(Dataset entries)
________________________
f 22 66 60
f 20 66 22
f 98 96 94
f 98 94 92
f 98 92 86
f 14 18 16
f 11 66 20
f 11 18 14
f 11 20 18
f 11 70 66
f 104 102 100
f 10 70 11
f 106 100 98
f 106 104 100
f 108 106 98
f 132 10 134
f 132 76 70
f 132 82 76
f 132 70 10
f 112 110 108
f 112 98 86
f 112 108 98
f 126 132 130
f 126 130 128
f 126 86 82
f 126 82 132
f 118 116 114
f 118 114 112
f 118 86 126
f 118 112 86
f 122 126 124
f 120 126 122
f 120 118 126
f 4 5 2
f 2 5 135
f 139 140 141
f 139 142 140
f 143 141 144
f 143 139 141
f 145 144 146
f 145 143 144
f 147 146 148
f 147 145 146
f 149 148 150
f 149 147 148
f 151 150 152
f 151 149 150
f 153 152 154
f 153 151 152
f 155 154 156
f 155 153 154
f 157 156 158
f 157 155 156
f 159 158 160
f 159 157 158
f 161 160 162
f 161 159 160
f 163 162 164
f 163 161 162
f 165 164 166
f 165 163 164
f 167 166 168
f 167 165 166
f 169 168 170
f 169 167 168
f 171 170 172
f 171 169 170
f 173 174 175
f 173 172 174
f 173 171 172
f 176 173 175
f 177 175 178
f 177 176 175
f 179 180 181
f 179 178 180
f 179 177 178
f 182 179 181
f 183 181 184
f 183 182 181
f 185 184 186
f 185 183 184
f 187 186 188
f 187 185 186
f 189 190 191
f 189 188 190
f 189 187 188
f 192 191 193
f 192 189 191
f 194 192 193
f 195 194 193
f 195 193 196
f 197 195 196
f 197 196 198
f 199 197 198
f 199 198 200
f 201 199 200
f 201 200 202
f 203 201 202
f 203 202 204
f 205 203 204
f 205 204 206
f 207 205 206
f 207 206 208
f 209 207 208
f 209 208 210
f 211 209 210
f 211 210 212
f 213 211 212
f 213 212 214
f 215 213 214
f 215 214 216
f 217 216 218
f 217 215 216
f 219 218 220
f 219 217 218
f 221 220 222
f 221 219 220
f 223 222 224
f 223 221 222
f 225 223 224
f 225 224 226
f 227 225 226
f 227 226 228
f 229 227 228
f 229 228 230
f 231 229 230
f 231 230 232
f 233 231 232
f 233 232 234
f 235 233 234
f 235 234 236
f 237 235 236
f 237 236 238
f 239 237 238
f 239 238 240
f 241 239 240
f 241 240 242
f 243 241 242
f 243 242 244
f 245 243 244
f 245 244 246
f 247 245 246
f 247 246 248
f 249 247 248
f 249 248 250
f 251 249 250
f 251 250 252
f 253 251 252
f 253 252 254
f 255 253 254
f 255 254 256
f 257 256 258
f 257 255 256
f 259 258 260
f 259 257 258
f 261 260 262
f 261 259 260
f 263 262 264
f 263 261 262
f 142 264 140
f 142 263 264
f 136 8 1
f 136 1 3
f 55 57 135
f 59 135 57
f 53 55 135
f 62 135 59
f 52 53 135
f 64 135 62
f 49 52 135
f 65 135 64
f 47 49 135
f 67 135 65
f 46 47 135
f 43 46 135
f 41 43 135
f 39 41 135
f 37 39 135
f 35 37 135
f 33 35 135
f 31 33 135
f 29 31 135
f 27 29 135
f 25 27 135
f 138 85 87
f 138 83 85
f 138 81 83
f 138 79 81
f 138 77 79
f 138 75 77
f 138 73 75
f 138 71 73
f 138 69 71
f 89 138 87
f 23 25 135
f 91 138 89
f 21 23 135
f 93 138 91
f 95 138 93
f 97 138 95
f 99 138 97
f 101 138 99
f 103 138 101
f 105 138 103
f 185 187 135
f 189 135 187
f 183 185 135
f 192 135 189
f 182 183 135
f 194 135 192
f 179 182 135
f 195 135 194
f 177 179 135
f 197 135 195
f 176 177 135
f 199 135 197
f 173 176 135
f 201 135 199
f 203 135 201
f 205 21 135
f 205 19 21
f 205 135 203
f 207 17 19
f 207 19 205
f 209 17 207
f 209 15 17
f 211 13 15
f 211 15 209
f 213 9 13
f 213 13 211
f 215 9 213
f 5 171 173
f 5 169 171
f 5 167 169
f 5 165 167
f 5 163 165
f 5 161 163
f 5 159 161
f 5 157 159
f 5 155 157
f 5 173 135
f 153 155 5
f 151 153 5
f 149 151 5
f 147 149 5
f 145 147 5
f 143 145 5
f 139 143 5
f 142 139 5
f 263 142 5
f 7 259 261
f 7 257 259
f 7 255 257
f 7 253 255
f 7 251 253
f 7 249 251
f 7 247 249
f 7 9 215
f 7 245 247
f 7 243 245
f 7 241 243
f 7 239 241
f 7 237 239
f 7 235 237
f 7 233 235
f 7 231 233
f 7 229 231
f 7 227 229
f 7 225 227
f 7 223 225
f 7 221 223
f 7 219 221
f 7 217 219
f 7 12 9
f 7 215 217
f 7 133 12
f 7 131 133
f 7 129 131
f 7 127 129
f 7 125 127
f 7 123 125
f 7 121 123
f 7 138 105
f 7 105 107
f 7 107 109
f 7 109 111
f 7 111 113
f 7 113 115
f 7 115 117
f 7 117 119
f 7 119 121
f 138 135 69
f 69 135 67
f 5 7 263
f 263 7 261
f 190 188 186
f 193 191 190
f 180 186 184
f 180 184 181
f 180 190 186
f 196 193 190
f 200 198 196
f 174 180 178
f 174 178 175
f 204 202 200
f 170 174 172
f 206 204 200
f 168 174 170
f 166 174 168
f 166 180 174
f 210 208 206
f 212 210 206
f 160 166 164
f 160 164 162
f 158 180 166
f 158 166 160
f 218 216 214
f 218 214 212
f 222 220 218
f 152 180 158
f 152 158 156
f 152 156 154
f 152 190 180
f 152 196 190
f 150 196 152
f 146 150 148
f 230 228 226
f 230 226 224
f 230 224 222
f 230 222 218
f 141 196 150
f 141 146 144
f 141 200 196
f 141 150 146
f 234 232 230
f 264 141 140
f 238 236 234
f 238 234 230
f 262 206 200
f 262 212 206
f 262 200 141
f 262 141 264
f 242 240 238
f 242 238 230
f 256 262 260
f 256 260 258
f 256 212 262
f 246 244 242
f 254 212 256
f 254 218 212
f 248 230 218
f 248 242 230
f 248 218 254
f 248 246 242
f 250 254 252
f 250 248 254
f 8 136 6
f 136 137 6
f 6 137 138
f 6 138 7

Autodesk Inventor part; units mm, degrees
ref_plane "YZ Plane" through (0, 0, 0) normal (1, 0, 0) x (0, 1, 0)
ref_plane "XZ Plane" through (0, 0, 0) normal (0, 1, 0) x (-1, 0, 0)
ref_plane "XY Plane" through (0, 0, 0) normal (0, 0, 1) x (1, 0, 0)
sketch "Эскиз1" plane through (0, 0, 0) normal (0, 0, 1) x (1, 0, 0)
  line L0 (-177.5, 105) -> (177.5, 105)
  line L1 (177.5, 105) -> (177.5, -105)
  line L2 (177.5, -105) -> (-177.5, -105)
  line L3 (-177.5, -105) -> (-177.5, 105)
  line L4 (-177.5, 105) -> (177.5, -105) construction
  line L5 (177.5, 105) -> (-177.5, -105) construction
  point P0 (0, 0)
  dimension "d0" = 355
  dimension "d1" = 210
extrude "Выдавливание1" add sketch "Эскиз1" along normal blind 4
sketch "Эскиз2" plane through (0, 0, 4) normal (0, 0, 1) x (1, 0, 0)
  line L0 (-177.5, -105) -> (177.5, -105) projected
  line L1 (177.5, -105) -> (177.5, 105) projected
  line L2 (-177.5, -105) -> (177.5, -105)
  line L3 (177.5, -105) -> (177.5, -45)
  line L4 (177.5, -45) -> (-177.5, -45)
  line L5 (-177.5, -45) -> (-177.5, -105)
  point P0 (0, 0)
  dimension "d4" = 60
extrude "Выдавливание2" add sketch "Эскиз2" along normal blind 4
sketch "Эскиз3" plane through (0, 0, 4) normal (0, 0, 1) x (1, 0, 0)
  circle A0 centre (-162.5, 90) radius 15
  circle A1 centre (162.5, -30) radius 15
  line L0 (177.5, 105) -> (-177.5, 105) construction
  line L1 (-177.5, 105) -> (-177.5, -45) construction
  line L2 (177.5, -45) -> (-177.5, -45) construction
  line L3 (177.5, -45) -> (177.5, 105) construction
________________________
**What is required:**
Start with the line above that contains "f 211 13 15" and stop after the line that contains "f 196 193 190". Output those lines exactly, and only those.

**Task output:**
f 211 13 15
f 211 15 209
f 213 9 13
f 213 13 211
f 215 9 213
f 5 171 173
f 5 169 171
f 5 167 169
f 5 165 167
f 5 163 165
f 5 161 163
f 5 159 161
f 5 157 159
f 5 155 157
f 5 173 135
f 153 155 5
f 151 153 5
f 149 151 5
f 147 149 5
f 145 147 5
f 143 145 5
f 139 143 5
f 142 139 5
f 263 142 5
f 7 259 261
f 7 257 259
f 7 255 257
f 7 253 255
f 7 251 253
f 7 249 251
f 7 247 249
f 7 9 215
f 7 245 247
f 7 243 245
f 7 241 243
f 7 239 241
f 7 237 239
f 7 235 237
f 7 233 235
f 7 231 233
f 7 229 231
f 7 227 229
f 7 225 227
f 7 223 225
f 7 221 223
f 7 219 221
f 7 217 219
f 7 12 9
f 7 215 217
f 7 133 12
f 7 131 133
f 7 129 131
f 7 127 129
f 7 125 127
f 7 123 125
f 7 121 123
f 7 138 105
f 7 105 107
f 7 107 109
f 7 109 111
f 7 111 113
f 7 113 115
f 7 115 117
f 7 117 119
f 7 119 121
f 138 135 69
f 69 135 67
f 5 7 263
f 263 7 261
f 190 188 186
f 193 191 190
f 180 186 184
f 180 184 181
f 180 190 186
f 196 193 190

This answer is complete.